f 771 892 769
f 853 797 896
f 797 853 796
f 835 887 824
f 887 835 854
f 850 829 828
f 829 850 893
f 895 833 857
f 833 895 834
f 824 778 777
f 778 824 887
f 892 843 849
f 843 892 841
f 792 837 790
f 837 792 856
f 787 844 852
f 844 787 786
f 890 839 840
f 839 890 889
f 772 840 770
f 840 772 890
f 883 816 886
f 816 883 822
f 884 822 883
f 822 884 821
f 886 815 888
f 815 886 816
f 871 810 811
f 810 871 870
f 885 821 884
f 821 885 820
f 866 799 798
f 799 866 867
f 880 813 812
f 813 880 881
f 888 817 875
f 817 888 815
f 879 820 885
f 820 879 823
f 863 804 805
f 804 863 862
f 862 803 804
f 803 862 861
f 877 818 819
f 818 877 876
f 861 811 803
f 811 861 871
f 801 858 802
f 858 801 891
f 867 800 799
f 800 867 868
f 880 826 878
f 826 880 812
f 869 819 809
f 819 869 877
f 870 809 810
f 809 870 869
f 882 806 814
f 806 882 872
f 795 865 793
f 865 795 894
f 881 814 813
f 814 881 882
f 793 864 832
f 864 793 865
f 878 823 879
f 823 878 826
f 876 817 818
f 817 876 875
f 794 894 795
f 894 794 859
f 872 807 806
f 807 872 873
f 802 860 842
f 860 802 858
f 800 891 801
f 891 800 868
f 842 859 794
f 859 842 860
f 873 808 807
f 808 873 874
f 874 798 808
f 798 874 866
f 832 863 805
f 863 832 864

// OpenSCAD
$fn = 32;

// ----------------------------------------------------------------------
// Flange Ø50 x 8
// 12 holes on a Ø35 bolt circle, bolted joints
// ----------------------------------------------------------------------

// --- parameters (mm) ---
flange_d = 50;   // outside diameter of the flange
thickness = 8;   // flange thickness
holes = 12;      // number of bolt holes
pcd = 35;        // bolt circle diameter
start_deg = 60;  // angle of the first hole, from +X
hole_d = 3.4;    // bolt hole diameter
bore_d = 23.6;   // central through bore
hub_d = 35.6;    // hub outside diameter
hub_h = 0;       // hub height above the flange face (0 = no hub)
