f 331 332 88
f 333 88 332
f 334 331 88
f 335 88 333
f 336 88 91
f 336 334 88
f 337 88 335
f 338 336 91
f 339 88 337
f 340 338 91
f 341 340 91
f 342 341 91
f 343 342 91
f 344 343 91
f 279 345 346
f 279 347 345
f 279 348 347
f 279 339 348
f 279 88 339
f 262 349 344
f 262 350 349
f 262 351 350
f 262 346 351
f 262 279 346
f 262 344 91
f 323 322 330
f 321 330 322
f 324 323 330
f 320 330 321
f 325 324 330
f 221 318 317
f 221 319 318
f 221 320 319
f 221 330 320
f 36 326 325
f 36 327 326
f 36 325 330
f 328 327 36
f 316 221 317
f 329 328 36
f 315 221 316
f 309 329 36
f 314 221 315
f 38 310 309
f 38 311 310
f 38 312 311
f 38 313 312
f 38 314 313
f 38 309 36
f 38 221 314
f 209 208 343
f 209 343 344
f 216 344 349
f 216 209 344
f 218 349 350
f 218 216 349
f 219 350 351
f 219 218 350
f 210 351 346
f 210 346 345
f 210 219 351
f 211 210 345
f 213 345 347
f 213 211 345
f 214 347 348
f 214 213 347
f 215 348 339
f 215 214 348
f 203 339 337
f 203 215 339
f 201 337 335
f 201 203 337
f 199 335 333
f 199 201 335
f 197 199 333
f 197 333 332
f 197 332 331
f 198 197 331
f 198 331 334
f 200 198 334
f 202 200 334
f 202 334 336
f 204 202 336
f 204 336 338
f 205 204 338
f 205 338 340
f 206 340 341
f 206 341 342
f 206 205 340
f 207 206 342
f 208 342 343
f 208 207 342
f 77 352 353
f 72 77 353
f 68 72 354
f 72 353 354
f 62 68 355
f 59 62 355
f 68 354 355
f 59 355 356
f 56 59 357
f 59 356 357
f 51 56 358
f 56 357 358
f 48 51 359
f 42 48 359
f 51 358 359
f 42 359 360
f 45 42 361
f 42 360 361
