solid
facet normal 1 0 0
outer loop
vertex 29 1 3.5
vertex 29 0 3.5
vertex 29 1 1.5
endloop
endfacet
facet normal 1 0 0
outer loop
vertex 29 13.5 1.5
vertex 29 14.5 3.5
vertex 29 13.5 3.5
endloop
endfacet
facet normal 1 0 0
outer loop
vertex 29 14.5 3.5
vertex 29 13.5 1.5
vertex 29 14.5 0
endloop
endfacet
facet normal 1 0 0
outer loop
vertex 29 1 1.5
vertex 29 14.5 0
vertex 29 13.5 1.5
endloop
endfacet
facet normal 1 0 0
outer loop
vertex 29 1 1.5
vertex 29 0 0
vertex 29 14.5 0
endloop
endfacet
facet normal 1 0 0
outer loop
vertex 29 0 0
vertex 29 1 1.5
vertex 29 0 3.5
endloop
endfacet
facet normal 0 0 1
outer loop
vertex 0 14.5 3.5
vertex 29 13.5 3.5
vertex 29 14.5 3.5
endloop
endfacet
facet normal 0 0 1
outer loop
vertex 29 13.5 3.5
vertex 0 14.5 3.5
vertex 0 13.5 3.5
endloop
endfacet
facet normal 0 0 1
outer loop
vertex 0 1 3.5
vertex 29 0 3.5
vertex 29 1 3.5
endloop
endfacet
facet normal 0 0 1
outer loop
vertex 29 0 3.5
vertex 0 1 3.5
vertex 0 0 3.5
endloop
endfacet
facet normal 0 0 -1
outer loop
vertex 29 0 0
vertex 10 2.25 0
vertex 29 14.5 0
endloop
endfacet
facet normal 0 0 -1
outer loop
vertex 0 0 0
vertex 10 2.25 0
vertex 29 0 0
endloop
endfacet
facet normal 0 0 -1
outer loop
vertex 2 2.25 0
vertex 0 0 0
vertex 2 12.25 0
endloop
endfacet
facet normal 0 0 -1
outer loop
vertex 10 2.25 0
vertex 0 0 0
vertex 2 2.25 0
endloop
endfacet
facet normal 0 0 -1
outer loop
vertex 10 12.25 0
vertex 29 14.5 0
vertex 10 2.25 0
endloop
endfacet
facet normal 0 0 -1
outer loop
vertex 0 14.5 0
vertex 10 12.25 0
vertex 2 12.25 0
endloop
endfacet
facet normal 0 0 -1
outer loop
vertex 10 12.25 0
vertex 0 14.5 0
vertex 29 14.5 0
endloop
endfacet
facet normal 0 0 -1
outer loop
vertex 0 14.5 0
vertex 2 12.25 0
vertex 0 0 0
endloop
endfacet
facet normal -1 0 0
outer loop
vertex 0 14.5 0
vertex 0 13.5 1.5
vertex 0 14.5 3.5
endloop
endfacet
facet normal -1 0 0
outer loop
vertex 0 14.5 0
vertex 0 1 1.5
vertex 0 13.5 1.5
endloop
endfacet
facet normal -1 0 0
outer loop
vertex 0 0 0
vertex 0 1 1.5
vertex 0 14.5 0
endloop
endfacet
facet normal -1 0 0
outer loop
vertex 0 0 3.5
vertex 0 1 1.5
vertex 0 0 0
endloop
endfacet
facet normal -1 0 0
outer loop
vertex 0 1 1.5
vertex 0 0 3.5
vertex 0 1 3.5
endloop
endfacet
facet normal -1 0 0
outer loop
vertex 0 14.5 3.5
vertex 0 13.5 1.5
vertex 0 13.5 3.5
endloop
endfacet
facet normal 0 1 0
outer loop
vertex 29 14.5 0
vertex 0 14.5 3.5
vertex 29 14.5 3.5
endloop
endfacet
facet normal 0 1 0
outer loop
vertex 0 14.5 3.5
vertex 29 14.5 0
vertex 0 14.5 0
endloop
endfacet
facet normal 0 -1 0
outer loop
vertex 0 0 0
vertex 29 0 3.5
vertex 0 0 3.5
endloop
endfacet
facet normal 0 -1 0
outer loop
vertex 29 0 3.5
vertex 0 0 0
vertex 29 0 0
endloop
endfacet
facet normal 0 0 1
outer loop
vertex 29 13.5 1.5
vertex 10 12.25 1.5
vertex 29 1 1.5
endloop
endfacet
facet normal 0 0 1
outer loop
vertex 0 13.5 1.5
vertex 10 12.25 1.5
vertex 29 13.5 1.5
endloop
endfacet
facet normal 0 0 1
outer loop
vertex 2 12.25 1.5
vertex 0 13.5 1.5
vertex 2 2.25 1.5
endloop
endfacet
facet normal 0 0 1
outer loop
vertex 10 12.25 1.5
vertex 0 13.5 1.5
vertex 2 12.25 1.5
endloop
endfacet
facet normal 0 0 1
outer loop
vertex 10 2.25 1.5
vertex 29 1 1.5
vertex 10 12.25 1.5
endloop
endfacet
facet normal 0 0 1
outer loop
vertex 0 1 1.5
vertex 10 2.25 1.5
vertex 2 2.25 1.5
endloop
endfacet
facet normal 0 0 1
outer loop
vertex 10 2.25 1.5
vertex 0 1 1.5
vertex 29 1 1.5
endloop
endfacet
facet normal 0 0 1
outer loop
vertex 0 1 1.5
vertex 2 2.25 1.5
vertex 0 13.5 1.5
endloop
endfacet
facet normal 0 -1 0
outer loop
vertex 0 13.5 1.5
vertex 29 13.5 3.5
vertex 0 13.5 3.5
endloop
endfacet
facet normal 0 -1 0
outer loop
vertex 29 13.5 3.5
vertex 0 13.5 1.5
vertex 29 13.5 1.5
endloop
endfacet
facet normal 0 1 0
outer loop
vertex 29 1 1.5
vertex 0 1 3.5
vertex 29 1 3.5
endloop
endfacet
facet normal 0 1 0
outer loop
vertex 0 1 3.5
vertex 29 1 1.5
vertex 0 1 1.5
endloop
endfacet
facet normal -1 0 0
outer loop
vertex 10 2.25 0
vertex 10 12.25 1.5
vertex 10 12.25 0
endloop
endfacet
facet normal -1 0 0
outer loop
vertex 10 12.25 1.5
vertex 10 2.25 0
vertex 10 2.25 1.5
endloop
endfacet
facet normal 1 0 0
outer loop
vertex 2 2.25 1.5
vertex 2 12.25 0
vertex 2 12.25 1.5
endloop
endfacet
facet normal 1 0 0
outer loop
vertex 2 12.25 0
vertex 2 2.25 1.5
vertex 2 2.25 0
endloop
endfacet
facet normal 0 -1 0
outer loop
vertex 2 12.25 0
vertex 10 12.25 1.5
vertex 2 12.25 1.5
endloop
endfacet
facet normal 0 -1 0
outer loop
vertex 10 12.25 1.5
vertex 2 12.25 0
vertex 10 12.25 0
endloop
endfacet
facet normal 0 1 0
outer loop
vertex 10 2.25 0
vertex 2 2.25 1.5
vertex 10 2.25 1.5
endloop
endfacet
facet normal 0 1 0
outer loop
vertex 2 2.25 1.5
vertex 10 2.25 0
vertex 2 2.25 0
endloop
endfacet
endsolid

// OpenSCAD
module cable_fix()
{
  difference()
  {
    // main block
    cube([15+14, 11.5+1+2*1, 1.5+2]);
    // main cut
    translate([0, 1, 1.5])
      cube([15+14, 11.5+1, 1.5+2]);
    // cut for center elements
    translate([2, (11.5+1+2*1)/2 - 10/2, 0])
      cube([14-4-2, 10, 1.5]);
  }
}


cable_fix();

_ _ _ _

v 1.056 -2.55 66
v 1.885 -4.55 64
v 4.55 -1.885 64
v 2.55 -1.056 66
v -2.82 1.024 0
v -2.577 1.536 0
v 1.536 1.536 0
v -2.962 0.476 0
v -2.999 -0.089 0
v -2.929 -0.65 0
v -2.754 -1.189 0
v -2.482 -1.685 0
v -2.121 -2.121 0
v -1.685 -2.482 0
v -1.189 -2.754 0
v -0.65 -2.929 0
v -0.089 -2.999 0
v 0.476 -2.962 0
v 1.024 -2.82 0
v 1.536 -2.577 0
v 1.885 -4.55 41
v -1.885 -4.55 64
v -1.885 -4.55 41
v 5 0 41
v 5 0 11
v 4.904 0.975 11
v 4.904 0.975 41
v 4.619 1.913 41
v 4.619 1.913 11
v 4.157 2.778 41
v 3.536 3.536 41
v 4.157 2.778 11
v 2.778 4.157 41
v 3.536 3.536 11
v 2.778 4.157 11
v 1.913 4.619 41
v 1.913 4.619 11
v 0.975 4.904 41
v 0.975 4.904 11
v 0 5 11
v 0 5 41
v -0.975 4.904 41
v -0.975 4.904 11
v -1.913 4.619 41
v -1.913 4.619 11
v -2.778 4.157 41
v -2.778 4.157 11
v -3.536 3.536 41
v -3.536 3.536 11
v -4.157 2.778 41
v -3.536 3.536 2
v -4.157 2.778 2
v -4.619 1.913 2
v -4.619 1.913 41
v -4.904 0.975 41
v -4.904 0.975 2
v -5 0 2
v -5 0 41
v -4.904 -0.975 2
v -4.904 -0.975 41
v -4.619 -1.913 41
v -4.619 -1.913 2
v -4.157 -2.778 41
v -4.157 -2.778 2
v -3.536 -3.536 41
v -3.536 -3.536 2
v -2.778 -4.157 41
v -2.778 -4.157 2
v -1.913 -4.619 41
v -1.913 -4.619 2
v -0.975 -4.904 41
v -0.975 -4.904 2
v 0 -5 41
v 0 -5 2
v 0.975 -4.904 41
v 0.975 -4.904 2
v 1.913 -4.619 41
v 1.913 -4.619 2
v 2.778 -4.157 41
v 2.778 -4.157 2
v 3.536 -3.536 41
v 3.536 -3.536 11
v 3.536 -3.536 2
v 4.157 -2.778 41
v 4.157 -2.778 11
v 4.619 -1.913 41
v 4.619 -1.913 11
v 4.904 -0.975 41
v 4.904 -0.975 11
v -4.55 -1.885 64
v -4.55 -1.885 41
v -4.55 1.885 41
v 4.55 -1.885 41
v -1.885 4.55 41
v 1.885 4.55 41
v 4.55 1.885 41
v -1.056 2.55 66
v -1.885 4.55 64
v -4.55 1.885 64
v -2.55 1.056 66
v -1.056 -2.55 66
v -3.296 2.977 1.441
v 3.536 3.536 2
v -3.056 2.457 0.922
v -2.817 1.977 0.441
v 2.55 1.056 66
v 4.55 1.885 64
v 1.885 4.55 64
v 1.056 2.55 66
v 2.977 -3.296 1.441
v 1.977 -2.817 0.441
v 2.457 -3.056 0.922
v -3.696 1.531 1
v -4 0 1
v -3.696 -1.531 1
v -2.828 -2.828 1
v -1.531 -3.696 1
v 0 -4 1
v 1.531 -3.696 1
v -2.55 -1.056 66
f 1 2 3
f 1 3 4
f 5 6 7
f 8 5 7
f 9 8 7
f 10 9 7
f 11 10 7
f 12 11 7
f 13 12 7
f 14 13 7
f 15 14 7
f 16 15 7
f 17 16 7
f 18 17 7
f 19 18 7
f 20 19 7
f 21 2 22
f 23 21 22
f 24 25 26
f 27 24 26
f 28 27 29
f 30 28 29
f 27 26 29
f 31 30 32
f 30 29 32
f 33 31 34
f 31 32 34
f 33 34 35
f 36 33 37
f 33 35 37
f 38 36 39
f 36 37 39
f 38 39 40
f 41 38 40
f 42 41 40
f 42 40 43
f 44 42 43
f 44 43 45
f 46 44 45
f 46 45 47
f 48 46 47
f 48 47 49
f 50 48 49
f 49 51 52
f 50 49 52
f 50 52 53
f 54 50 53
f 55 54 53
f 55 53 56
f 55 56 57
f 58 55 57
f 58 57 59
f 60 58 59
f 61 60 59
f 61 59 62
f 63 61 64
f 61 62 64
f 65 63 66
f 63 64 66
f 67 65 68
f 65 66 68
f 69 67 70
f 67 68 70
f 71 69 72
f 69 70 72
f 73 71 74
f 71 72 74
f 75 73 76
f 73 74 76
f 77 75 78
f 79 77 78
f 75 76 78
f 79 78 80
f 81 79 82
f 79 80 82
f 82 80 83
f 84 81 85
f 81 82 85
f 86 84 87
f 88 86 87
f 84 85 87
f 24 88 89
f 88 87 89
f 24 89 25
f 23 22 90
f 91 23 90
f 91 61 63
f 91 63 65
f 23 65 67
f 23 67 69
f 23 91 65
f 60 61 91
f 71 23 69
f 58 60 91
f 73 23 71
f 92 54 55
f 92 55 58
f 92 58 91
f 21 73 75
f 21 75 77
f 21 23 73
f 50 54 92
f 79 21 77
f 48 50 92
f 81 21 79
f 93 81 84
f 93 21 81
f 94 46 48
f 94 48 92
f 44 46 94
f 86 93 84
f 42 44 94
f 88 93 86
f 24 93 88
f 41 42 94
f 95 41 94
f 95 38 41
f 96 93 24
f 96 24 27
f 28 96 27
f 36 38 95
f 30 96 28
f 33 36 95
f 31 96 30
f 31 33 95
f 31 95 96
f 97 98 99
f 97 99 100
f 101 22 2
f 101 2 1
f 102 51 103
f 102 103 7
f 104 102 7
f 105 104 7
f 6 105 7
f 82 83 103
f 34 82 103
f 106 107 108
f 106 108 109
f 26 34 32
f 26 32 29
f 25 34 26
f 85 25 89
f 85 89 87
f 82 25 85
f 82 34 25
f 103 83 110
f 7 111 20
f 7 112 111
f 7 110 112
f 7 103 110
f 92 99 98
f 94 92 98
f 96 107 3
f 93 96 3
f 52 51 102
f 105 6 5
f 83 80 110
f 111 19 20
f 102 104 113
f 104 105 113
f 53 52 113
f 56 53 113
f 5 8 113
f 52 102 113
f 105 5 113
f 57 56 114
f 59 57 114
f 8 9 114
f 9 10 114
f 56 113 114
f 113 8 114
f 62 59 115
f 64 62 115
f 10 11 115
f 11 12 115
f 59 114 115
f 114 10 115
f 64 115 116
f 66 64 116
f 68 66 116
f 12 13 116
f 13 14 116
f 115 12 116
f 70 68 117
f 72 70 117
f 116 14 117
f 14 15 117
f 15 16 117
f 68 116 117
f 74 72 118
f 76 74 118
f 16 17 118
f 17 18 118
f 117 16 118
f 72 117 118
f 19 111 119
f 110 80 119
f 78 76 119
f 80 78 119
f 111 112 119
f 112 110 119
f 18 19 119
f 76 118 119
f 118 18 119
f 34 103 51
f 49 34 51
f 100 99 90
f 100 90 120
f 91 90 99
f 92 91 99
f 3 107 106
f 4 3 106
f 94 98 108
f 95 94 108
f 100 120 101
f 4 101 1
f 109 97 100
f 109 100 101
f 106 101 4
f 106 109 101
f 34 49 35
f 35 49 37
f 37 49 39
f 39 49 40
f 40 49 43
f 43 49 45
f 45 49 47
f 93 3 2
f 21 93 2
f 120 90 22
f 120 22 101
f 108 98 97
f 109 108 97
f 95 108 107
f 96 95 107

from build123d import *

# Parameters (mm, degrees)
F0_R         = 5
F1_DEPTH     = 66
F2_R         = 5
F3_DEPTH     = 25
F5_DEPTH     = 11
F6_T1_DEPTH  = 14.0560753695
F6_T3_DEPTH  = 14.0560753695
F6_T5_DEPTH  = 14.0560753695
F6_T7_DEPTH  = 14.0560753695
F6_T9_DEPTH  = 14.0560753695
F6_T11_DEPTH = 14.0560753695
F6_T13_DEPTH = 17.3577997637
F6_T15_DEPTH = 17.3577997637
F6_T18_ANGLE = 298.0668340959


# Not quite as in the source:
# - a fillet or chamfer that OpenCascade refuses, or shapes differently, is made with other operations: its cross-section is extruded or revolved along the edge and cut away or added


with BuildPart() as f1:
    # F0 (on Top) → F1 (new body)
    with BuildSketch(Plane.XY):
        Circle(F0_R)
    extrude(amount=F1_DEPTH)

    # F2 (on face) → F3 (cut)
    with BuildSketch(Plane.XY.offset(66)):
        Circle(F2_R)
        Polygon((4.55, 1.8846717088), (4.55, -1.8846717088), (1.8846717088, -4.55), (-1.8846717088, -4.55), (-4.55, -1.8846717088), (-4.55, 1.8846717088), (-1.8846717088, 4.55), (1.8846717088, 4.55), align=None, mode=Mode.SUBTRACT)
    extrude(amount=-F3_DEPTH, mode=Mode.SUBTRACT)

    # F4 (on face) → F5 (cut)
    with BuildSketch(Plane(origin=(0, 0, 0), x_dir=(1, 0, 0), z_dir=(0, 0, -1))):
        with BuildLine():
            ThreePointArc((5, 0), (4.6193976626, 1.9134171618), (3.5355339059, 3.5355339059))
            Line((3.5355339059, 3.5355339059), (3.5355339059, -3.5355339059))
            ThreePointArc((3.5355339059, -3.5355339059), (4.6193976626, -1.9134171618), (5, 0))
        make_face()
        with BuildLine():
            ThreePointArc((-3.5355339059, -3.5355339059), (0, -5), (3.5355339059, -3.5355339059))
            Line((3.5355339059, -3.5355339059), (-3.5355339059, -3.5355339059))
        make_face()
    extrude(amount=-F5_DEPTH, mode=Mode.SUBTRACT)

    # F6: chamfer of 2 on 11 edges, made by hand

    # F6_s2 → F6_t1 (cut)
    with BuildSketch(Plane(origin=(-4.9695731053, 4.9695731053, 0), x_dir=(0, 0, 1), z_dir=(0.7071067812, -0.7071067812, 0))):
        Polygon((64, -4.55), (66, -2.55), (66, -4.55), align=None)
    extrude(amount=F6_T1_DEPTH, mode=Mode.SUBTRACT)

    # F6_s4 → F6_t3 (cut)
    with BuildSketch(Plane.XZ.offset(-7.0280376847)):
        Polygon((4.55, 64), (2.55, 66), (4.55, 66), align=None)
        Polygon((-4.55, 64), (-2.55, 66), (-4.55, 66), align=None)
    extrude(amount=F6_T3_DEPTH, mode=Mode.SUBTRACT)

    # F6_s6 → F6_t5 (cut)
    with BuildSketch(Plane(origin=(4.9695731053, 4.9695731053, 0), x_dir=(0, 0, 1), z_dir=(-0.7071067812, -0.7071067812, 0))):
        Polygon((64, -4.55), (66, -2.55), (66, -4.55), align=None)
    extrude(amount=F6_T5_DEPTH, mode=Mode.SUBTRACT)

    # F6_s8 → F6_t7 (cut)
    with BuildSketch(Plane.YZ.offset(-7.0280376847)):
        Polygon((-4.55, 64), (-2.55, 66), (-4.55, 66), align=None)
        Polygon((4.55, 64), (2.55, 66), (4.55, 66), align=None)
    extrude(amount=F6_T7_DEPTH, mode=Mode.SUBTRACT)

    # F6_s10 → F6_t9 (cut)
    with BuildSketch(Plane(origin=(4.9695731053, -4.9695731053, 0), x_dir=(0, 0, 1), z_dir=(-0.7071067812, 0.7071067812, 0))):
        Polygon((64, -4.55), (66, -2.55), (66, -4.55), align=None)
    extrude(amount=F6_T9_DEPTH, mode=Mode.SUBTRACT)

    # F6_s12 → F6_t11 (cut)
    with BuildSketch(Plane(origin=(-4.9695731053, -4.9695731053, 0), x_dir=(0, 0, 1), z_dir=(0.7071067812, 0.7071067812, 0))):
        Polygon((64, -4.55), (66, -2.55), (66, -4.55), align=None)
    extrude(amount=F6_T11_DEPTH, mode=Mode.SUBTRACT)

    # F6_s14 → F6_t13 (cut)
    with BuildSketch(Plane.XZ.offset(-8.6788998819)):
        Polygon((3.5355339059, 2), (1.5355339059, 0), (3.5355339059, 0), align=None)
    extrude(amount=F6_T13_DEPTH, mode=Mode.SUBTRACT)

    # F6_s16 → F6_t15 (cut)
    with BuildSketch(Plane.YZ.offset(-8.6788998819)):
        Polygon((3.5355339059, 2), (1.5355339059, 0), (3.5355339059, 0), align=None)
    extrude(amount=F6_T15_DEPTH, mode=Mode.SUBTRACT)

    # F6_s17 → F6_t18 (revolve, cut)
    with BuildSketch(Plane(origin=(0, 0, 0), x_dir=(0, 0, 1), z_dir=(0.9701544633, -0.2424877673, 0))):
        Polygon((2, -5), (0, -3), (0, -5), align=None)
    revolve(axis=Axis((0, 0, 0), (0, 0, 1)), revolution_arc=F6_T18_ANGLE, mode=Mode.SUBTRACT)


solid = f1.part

_ _ _ _

YOUR ASSIGNMENT: Give the exact lines, and only those, from the line containing "f 213 345 347" through the line containing "f 68 354 355" in the entries above.

REPLY:
f 213 345 347
f 213 211 345
f 214 347 348
f 214 213 347
f 215 348 339
f 215 214 348
f 203 339 337
f 203 215 339
f 201 337 335
f 201 203 337
f 199 335 333
f 199 201 335
f 197 199 333
f 197 333 332
f 197 332 331
f 198 197 331
f 198 331 334
f 200 198 334
f 202 200 334
f 202 334 336
f 204 202 336
f 204 336 338
f 205 204 338
f 205 338 340
f 206 340 341
f 206 341 342
f 206 205 340
f 207 206 342
f 208 342 343
f 208 207 342
f 77 352 353
f 72 77 353
f 68 72 354
f 72 353 354
f 62 68 355
f 59 62 355
f 68 354 355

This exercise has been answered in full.